# [REQUIRED ACTION]
Please restate, word for word, the lines below that begin at the one with "#131=EDGE_CURVE('',#124,#105,#130,.T.);" and end at the one with "#139=AXIS2_PLACEMENT_3D('',#123,#64,#42);". Leave out all other lines.

####################

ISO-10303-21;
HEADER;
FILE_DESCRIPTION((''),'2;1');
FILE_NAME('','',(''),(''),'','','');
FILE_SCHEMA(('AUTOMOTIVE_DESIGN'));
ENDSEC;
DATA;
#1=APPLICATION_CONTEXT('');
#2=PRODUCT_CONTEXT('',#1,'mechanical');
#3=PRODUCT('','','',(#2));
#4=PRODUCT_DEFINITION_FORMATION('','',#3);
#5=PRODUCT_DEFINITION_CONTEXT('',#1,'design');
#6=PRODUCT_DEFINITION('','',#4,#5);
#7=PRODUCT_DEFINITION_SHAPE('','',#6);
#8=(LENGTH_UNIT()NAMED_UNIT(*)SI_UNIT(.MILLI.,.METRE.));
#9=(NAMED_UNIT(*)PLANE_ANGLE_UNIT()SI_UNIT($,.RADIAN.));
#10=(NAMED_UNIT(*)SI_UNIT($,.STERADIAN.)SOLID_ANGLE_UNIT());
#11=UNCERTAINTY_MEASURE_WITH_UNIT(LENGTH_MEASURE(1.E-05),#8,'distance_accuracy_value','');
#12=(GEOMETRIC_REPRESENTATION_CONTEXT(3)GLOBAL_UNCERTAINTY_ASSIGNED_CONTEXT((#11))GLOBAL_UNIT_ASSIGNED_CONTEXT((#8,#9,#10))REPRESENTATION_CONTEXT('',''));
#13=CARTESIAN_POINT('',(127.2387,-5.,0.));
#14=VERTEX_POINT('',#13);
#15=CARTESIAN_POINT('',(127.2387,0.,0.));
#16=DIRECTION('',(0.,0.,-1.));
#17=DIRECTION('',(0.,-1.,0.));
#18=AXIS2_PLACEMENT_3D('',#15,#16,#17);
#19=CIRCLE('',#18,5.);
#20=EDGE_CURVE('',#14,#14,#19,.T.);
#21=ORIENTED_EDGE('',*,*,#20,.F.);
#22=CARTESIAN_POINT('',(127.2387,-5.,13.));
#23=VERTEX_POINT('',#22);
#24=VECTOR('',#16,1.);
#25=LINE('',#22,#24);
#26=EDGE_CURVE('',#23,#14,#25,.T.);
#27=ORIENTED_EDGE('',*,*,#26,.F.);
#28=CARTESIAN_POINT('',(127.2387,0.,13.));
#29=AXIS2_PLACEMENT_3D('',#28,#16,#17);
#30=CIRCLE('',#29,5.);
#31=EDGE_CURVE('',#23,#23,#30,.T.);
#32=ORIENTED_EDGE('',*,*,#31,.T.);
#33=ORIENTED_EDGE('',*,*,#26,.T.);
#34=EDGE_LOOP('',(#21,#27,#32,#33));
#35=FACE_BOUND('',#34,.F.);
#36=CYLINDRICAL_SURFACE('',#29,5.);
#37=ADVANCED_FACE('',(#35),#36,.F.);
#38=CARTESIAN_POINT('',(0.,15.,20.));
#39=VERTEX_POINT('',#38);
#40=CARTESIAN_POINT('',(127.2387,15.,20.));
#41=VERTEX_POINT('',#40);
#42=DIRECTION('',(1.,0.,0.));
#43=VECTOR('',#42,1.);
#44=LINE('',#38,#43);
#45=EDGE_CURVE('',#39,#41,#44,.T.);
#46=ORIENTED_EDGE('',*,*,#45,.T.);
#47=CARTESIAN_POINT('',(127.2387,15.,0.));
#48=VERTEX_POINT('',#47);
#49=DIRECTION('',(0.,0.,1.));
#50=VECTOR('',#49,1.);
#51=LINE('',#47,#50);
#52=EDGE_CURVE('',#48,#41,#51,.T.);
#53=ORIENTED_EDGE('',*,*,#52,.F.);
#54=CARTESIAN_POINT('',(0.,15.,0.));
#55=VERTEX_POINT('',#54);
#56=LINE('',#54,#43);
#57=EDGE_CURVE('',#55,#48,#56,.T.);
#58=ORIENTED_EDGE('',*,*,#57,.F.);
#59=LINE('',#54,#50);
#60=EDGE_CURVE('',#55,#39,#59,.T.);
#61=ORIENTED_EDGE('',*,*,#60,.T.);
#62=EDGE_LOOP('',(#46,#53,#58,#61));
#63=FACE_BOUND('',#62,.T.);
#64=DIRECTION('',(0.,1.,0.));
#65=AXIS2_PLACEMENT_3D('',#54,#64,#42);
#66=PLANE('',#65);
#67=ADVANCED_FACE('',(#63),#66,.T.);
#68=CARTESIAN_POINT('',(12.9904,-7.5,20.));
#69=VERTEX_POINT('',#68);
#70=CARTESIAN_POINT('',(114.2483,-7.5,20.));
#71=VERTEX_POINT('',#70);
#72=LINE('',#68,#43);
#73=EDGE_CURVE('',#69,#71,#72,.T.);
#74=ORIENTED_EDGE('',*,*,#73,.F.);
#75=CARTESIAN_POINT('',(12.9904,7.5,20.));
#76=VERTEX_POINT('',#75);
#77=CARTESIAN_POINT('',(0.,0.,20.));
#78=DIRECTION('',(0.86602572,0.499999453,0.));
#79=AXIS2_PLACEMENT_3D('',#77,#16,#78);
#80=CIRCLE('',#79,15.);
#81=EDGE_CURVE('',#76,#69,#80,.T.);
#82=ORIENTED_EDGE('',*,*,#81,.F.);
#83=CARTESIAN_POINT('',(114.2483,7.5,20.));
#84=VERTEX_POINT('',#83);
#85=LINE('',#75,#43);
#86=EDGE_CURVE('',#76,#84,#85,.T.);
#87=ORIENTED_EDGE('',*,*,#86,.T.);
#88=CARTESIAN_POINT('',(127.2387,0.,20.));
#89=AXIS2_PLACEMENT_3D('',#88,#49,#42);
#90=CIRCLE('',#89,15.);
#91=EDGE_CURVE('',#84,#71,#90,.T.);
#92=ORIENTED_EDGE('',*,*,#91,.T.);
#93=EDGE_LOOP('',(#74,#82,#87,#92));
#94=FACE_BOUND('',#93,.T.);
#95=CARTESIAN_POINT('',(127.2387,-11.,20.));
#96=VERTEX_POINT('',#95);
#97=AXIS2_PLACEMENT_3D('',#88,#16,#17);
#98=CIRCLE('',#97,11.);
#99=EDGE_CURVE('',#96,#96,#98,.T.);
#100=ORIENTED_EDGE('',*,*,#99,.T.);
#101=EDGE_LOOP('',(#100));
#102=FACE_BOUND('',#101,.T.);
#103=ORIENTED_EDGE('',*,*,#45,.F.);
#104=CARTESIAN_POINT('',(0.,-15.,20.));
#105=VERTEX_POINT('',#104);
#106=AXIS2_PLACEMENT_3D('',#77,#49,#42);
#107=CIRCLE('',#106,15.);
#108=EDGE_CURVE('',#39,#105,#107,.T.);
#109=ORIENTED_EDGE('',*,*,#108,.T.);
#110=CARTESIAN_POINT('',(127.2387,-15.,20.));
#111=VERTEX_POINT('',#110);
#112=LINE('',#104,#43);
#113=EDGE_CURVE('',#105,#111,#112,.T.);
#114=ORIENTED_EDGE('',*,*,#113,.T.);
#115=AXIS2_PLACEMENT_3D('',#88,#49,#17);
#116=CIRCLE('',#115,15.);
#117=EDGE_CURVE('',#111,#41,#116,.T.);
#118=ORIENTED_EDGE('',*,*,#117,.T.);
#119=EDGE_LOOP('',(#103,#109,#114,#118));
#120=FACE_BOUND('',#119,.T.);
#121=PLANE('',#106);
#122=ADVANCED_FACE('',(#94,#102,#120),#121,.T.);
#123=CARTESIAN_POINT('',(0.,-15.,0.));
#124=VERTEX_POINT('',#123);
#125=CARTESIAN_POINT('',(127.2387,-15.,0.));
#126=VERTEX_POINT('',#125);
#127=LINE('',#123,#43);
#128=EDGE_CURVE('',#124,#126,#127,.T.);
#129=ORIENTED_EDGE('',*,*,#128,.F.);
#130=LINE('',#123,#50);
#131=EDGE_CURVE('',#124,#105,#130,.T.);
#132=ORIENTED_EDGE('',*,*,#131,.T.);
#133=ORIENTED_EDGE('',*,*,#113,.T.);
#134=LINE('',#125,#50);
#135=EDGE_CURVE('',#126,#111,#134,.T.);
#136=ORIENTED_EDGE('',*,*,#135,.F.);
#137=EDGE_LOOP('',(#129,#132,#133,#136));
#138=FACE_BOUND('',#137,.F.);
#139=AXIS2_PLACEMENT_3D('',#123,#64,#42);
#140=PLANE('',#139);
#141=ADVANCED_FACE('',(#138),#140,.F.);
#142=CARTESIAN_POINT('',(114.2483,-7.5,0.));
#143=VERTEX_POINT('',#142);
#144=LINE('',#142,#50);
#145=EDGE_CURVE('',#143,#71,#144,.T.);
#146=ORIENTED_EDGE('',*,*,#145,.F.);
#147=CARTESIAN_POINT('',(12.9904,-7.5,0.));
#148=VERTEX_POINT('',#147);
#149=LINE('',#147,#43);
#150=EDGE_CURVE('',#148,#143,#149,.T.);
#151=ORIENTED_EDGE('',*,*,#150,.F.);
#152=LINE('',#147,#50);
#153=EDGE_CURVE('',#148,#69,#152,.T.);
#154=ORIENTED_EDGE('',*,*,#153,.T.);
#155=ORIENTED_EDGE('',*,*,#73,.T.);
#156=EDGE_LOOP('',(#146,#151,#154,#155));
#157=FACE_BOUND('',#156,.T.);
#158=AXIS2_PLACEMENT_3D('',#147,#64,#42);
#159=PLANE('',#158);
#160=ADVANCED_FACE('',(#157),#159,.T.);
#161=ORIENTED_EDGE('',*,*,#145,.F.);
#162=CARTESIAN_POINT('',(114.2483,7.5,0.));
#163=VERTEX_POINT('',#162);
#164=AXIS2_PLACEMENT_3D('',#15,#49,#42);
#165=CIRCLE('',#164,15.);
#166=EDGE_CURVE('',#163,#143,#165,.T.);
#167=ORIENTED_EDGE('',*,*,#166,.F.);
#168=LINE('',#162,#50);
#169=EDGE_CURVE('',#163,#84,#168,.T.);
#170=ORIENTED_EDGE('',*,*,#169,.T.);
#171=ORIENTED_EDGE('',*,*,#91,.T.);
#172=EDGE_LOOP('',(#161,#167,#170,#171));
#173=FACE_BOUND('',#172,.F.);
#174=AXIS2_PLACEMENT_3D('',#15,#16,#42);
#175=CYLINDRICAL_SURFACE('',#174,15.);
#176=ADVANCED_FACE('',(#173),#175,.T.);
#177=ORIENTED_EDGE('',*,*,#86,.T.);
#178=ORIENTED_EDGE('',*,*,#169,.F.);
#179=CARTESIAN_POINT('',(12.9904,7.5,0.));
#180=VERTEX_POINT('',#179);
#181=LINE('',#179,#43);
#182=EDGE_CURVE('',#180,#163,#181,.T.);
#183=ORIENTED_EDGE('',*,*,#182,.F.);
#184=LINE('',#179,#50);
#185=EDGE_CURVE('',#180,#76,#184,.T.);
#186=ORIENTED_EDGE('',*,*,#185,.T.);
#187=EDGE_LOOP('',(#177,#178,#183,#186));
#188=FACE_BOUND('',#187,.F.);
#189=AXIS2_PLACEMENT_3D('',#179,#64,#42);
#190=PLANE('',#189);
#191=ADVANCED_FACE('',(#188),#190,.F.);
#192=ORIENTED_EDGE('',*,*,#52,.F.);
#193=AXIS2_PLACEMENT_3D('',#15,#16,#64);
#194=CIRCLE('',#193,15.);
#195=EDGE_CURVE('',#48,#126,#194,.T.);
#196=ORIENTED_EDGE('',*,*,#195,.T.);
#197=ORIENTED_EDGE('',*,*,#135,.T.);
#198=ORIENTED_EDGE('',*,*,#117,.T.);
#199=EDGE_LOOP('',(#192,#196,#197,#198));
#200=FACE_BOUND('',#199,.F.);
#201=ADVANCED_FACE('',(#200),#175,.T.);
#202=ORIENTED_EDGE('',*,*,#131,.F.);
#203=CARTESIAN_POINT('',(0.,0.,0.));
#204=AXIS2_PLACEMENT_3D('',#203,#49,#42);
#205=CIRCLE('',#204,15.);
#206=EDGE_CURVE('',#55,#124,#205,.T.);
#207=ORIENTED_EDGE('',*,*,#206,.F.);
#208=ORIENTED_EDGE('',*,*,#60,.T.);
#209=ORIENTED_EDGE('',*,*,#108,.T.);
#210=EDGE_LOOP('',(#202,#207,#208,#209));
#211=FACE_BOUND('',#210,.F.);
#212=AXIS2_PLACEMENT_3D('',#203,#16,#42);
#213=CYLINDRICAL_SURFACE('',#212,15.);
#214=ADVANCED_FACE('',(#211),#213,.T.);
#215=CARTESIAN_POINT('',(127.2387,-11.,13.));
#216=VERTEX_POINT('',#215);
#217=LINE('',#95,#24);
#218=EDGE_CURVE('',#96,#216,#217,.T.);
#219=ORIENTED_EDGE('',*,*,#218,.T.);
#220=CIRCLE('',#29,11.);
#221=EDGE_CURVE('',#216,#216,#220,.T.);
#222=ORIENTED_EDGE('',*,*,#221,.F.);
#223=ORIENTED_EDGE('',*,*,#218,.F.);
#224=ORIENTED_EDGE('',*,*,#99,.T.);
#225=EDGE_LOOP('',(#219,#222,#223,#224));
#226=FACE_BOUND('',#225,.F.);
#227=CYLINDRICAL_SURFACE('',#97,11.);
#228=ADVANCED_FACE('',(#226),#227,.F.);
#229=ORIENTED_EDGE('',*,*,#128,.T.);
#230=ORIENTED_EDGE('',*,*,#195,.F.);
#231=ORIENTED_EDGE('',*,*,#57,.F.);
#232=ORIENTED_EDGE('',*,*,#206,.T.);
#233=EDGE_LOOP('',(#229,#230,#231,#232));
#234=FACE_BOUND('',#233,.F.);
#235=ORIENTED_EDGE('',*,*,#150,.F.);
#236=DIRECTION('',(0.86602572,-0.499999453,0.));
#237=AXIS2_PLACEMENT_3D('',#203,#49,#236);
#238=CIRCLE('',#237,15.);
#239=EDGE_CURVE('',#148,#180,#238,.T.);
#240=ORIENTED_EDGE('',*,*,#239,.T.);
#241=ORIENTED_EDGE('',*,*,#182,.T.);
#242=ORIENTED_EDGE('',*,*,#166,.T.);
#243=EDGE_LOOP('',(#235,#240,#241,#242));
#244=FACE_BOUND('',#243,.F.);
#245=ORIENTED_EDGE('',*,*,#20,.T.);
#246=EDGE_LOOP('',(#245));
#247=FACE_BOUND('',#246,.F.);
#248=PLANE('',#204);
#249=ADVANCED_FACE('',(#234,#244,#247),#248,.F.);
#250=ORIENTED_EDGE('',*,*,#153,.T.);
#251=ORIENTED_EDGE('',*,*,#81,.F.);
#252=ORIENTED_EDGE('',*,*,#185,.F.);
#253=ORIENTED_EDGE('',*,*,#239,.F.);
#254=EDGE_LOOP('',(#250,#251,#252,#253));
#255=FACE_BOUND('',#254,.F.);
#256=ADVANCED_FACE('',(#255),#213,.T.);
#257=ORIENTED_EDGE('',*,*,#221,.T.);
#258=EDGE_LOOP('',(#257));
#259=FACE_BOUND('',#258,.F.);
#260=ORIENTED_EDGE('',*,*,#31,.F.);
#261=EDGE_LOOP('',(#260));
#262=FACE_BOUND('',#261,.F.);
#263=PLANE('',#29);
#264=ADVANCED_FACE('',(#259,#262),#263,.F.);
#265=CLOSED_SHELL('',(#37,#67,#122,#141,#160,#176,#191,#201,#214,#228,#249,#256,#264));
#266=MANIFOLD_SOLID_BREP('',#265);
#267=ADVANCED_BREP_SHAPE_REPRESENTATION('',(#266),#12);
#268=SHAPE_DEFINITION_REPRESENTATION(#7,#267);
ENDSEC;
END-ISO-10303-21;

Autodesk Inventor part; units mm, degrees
ref_plane "YZ Plane" through (0, 0, 0) normal (1, 0, 0) x (0, 1, 0)
ref_plane "XZ Plane" through (0, 0, 0) normal (0, 1, 0) x (-1, 0, 0)
ref_plane "XY Plane" through (0, 0, 0) normal (0, 0, 1) x (1, 0, 0)
sketch "Sketch1" plane through (0, 0, 0) normal (0, 0, 1) x (1, 0, 0)
  circle A0 centre (0, 0) radius 15
  circle A1 centre (127.2387, 0) radius 15
  line L0 (0, 15) -> (127.2387, 15)
  line L1 (0, -15) -> (127.2387, -15)
  line L2 (12.9904, -7.5) -> (114.2483, -7.5)
  line L3 (12.9904, 7.5) -> (114.2483, 7.5)
  dimension "d0" = 30
  dimension "d1" = 127.2387
  dimension "d2" = 7.5
  dimension "d3" = 7.5
extrude "Extrusion1" add sketch "Sketch1" along normal blind 20 contours A0 | A0 L0 A1 L3 | L2 A1 L1 A0 | A1
sketch "Sketch2" plane through (0, 0, 20) normal (0, 0, 1) x (1, 0, 0)
  arc A0 (127.2387, -15) -> (127.2387, 15) centre (127.2387, 0) ccw projected
  point P0 (0, 0)
  point P1 (142.2387, 0)
hole "Hole1" at (127.2387, 0, 20) direction (0, 0, -1) diameter 10 end through all counterbore diameter 22 counterbore depth 7
properties part number "PARALLEL_LINKAGE_LH"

####################

# [EXERCISE RESULT]
#131=EDGE_CURVE('',#124,#105,#130,.T.);
#132=ORIENTED_EDGE('',*,*,#131,.T.);
#133=ORIENTED_EDGE('',*,*,#113,.T.);
#134=LINE('',#125,#50);
#135=EDGE_CURVE('',#126,#111,#134,.T.);
#136=ORIENTED_EDGE('',*,*,#135,.F.);
#137=EDGE_LOOP('',(#129,#132,#133,#136));
#138=FACE_BOUND('',#137,.F.);
#139=AXIS2_PLACEMENT_3D('',#123,#64,#42);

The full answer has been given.